本规范的某些应用程序将提供用于解释 multipart/form-data 主体的字符编码。特别是,HTML 5 [W3C.REC-html5-20141028] 使用:

  • "charset" 字段的内容,如果有的话;
  • <form> 元素的 accept-charset 属性的值,如果有的话;
  • 包含表单的文档的字符编码,如果它与 US-ASCII 兼容;
  • 否则使用 UTF-8。

将此值称为 form-charset。任何文本,无论是字段名称、字段值还是使用 ASCII 范围之外字符的 ("text/plain") 表单数据,都可以 (MAY) 直接以 form-charset 编码表示。


5.1.3. Parsing and Interpreting Form Data

🇬🇧 英文原文

While this specification provides guidance for the creation of multipart/form-data, parsers and interpreters should be aware of the variety of implementations. File systems differ as to whether and how they normalize Unicode names, for example. The matching of form elements to form-data parts may rely on a fuzzier match. In particular, some multipart/form-data generators might have followed the previous advice of [RFC2388] and used the "encoded-word" method of encoding non-ASCII values, as described in [RFC2047]:

encoded-word = "=?" charset "?" encoding "?" encoded-text "?="

Others have been known to follow [RFC2231], to send unencoded UTF-8, or even to send strings encoded in the form-charset.
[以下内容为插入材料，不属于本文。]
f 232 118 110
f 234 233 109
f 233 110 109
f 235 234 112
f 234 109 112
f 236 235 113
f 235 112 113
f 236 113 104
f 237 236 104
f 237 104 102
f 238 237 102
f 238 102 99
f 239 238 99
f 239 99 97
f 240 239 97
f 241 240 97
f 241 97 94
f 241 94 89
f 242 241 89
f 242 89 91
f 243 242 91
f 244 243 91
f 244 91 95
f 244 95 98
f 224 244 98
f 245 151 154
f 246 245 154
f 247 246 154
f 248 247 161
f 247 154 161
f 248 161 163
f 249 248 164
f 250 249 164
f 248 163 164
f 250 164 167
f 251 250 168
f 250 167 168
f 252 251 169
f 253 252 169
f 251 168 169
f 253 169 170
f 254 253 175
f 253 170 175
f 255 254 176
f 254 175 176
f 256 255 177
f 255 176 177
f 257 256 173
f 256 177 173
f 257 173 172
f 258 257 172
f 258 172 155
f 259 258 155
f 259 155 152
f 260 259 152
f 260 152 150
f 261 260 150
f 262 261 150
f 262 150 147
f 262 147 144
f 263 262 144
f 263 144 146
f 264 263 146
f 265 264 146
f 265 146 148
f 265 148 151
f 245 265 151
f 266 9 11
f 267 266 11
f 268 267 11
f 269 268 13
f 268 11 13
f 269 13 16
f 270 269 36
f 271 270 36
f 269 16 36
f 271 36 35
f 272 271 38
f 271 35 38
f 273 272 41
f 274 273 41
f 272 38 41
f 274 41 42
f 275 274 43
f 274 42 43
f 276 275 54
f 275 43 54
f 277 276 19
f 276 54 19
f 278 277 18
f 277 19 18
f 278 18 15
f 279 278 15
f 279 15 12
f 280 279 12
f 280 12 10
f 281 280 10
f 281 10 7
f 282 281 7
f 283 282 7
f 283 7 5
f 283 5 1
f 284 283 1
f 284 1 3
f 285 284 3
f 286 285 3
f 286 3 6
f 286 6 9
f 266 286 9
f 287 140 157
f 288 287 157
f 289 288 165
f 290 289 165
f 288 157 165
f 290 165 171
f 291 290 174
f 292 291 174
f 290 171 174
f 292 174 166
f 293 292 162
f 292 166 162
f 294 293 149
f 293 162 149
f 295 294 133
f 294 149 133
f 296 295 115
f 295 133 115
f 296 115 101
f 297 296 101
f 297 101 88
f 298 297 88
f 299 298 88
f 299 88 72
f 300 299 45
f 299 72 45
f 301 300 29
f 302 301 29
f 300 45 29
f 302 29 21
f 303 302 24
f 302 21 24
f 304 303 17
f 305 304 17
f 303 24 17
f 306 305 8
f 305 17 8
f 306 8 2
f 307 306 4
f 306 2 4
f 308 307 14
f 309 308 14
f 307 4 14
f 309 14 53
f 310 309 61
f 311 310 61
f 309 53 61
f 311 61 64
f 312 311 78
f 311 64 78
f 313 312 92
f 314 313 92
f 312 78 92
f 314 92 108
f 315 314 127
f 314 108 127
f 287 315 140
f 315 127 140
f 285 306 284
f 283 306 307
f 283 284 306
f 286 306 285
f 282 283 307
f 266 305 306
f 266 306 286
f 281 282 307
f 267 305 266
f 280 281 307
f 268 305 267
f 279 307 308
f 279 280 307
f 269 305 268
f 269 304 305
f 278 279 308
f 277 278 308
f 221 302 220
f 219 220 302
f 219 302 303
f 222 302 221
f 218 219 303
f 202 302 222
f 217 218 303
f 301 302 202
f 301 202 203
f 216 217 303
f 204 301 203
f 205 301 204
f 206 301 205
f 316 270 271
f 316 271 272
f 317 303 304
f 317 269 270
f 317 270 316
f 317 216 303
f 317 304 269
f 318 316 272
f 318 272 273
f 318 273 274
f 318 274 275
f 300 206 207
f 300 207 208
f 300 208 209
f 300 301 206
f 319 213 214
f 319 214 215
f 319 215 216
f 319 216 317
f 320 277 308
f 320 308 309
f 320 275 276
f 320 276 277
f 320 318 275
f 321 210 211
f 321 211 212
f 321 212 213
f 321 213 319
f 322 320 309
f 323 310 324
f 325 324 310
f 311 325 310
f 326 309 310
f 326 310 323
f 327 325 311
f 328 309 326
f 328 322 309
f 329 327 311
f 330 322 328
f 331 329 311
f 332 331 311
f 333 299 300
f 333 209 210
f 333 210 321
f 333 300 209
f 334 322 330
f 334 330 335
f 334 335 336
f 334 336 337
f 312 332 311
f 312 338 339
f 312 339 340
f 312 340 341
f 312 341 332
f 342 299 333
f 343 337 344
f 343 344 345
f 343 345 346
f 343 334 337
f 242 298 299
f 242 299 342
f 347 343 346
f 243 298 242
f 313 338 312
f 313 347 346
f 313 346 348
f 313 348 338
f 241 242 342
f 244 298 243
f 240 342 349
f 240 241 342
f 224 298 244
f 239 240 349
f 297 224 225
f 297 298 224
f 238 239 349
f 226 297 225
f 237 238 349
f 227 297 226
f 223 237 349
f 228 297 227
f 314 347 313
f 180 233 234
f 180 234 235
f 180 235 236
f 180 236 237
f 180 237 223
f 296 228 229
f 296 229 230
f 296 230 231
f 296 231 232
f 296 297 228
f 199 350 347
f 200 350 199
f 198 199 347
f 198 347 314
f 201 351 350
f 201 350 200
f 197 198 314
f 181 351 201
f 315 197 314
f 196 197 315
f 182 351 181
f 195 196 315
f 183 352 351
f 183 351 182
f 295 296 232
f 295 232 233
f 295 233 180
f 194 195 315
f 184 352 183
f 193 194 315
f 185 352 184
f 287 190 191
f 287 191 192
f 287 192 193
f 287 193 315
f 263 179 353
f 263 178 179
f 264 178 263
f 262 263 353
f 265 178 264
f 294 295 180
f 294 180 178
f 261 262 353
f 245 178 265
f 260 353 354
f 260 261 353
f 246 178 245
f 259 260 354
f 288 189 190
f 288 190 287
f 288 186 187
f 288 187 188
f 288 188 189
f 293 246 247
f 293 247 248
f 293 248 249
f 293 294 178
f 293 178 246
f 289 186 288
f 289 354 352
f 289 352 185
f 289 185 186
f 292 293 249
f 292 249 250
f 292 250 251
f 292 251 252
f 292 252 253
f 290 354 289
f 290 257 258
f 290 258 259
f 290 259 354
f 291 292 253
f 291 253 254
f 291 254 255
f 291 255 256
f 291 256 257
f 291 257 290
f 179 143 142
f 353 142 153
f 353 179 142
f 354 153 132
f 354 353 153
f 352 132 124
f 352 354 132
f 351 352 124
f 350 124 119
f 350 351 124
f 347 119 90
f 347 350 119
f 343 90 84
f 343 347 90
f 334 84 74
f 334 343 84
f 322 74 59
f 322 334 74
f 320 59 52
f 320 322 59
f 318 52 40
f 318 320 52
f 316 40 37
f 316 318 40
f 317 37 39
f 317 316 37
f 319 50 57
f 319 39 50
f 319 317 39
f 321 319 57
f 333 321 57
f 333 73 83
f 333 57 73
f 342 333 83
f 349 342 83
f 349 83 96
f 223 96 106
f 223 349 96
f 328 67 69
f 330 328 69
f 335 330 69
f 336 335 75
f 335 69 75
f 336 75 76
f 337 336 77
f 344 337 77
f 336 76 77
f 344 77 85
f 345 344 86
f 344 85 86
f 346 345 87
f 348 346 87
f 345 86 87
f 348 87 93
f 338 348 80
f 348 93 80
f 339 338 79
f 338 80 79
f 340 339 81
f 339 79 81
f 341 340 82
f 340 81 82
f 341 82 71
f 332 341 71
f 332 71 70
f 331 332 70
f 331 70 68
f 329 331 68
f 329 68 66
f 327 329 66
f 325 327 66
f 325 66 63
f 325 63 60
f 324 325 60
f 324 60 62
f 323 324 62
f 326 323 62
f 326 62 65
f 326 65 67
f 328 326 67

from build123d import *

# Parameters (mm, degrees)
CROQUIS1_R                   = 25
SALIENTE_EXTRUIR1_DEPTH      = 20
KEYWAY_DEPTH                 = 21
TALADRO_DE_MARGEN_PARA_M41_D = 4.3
For this reason, interpreting multipart/form-data (even from conforming generators) may require knowing the charset used in form encoding in cases where the charset field value or a charset parameter of a "text/plain" Content-Type header field is not supplied.

🇨🇳 中文翻译

虽然本规范为创建 multipart/form-data 提供了指导,但解析器和解释器应该意识到各种实现的差异。例如,文件系统在是否以及如何规范化 Unicode 名称方面有所不同。表单元素与表单数据部分的匹配可能依赖于更模糊的匹配。特别是,一些 multipart/form-data 生成器可能遵循了 [RFC2388] 的先前建议,并使用 [RFC2047] 中描述的 "编码词" 方法对非 ASCII 值进行编码:

encoded-word = "=?" charset "?" encoding "?" encoded-text "?="

已知其他实现遵循 [RFC2231],发送未编码的 UTF-8,甚至发送以 form-charset 编码的字符串。

因此,在没有提供 charset 字段值或 "text/plain" Content-Type 头字段的 charset 参数的情况下,解释 multipart/form-data (即使来自符合规范的生成器) 可能需要知道表单编码中使用的字符集。